XSS and Data Exfiltration Prevention
Non-Stop “Network Diff” of Your Live Site
Fluxguard provides deep network change monitoring and alerts. Execute synthetic transactions on your live site to identify data exfiltration and other skimming techniques. Our product offers:
- Non-stop crawling of your production site
- Performs complex synthetic transactions, such as login, product ordering, and more
- Logs all network activity, including first and third-party Javascript, images, CSS, XHR, and more
- Scours for new network activity
- Sends email alerts when suspicious network activity is detected, such as third-party XHR
- Uses domain whitelists and other configurations to eliminate false-positives (e.g., loading a new script from your domain)
Fluxguard provides a near real-time analysis of your network activity. In today’s eCommerce environment, this sort of audit becomes more necessary. Magecart and other thieves are invading eCommerce sites and stealing vital customer data.

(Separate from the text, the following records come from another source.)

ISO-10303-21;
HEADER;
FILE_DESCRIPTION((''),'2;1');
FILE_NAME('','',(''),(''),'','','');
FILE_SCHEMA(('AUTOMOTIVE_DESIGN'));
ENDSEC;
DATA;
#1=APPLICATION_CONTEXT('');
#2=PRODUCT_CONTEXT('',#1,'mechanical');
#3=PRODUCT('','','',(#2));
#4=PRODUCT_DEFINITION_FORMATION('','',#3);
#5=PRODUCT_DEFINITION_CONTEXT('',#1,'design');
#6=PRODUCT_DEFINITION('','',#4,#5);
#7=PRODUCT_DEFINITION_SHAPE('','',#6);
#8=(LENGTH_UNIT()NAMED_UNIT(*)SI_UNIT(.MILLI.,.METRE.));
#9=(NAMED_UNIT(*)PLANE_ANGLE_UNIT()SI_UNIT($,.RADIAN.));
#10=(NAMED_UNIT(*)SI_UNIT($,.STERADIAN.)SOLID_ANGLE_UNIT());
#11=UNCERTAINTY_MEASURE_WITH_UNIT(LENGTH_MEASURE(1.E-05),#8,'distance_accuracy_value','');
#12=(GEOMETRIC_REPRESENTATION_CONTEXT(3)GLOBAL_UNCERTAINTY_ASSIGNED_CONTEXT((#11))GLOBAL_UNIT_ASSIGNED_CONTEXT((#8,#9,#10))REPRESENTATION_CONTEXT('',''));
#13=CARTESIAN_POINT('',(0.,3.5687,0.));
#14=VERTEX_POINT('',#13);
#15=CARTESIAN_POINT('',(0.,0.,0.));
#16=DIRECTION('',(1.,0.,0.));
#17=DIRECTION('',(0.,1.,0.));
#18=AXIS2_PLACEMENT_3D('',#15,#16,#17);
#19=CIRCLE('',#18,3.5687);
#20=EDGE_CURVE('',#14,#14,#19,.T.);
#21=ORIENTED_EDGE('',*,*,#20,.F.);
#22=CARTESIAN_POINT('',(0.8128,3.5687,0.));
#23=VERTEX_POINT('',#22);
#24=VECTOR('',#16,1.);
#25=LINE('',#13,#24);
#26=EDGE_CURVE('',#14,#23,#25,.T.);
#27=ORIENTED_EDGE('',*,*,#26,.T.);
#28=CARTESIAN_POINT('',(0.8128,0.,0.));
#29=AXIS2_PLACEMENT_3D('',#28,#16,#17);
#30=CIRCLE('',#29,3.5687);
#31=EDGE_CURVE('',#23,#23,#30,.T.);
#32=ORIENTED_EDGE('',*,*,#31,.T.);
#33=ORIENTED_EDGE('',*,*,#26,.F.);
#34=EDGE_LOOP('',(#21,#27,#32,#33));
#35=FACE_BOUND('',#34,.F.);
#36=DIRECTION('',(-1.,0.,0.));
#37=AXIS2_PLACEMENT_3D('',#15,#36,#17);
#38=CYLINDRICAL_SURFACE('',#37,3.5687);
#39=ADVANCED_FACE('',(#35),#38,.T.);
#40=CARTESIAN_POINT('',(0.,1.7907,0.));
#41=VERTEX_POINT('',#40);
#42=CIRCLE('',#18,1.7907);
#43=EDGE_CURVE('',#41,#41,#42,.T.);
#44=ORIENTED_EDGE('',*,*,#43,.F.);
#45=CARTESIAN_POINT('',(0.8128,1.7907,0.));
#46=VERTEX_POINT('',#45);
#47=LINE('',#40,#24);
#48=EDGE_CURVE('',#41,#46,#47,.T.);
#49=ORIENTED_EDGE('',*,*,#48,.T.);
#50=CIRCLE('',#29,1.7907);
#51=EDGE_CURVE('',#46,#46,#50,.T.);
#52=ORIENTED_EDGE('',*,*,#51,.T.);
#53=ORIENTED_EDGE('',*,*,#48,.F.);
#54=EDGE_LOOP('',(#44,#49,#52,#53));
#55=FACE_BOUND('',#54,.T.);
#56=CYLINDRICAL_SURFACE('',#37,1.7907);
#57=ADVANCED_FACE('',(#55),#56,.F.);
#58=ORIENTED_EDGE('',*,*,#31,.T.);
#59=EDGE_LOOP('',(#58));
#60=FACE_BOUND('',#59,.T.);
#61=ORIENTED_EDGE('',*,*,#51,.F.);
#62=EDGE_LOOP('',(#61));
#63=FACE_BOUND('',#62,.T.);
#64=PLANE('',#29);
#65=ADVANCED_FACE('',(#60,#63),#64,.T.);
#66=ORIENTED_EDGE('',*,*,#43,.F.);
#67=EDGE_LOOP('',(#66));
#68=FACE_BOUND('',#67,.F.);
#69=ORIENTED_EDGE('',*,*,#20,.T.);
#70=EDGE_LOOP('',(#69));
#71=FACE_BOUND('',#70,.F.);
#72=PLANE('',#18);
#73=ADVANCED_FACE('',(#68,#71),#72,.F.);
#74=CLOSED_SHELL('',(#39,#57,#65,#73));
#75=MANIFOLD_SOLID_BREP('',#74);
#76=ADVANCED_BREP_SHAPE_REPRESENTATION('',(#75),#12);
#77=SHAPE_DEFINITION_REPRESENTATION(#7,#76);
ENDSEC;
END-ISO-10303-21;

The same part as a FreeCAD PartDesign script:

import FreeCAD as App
import Part
import Sketcher

V = App.Vector
Q = App.Units.Quantity

doc = App.newDocument("Part")
body = doc.addObject("PartDesign::Body", "Body")

# Sketch on YZ plane
sketch1 = body.newObject("Sketcher::SketchObject", "Sketch")
sketch1.AttachmentSupport = (doc.getObject("YZ_Plane"), [""])
sketch1.MapMode = "FlatFace"
sketch1.addGeometry(Part.Circle(V(0, 0, 0), V(0, 0, 1), 3.6), False)
sketch1.addGeometry(Part.Circle(V(0, 0, 0), V(0, 0, 1), 1.8), False)
sketch1.addConstraint(Sketcher.Constraint("Coincident", 0, 3, -1, 1))
sketch1.addConstraint(Sketcher.Constraint("Coincident", 1, 3, -1, 1))
sketch1.addConstraint(Sketcher.Constraint("Diameter", 0, Q("0.281 in")))
sketch1.addConstraint(Sketcher.Constraint("Diameter", 1, Q("0.141 in")))
pad1 = body.newObject("PartDesign::Pad", "Pad")
pad1.Profile = sketch1
pad1.Length = Q("0.032 in")

doc.recompute()
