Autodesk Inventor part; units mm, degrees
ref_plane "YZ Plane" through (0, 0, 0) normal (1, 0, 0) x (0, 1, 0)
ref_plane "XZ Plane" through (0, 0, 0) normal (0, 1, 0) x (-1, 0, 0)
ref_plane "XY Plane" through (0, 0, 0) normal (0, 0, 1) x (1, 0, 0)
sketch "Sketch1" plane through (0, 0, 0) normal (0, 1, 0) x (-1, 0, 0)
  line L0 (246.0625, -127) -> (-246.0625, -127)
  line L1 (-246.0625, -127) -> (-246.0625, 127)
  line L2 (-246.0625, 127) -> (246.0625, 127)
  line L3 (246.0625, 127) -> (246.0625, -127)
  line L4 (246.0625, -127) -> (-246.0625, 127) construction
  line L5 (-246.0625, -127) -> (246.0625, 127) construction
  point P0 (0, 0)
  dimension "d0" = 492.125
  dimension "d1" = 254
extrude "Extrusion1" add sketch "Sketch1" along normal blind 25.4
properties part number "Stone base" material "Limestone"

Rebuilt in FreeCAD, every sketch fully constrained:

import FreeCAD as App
import Part
import Sketcher

V = App.Vector
Q = App.Units.Quantity

doc = App.newDocument("Part")
body = doc.addObject("PartDesign::Body", "Body")

# Sketch on XZ plane
sketch1 = doc.addObject("Sketcher::SketchObject", "Sketch")
body.addObject(sketch1)
sketch1.AttachmentSupport = (doc.XZ_Plane, [""])
sketch1.MapMode = "FlatFace"
sketch1.addGeometry(Part.LineSegment(V(246, -127, 0), V(-246, -127, 0)), False)
sketch1.addGeometry(Part.LineSegment(V(-246, -127, 0), V(-246, 127, 0)), False)
sketch1.addGeometry(Part.LineSegment(V(-246, 127, 0), V(246, 127, 0)), False)
sketch1.addGeometry(Part.LineSegment(V(246, 127, 0), V(246, -127, 0)), False)
sketch1.addConstraint(Sketcher.Constraint("Coincident", 0, 2, 1, 1))
sketch1.addConstraint(Sketcher.Constraint("Coincident", 1, 2, 2, 1))
sketch1.addConstraint(Sketcher.Constraint("Coincident", 2, 2, 3, 1))
sketch1.addConstraint(Sketcher.Constraint("Coincident", 3, 2, 0, 1))
sketch1.addConstraint(Sketcher.Constraint("Horizontal", 0))
sketch1.addConstraint(Sketcher.Constraint("Vertical", 1))
sketch1.addConstraint(Sketcher.Constraint("Horizontal", 2))
sketch1.addConstraint(Sketcher.Constraint("Vertical", 3))
sketch1.addConstraint(Sketcher.Constraint("Symmetric", 0, 2, 2, 2, -1, 1))
sketch1.addConstraint(Sketcher.Constraint("DistanceY", 1, 1, 1, 2, Q("10 in")))
sketch1.addConstraint(Sketcher.Constraint("DistanceX", 0, 2, 0, 1, Q("19.375 in")))
pad1 = doc.addObject("PartDesign::Pad", "Pad")
body.addObject(pad1)
pad1.Profile = sketch1
pad1.Length = Q("1 in")
pad1.Reversed = True

doc.recompute()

In brief, Fluxguard’s general-purpose network and change monitoring detect “zero-day” attacks.
Protect Against Magecart
Magecart is a nefarious group dedicated to eCommerce fraud. They’re unlike everyday hackers (they hold daily stand-ups, for instance): they’re skilled at finding new avenues to invade and poach customer data. Fluxguard detects and thwarts Magecart attacks.
Javascript Injection & XSS Attack Detection
Fluxguard monitors all network activity in your production CMS or Magento deployment. We detect and warn about suspicious, new XHR or third-party scripts loaded from unauthorized sites.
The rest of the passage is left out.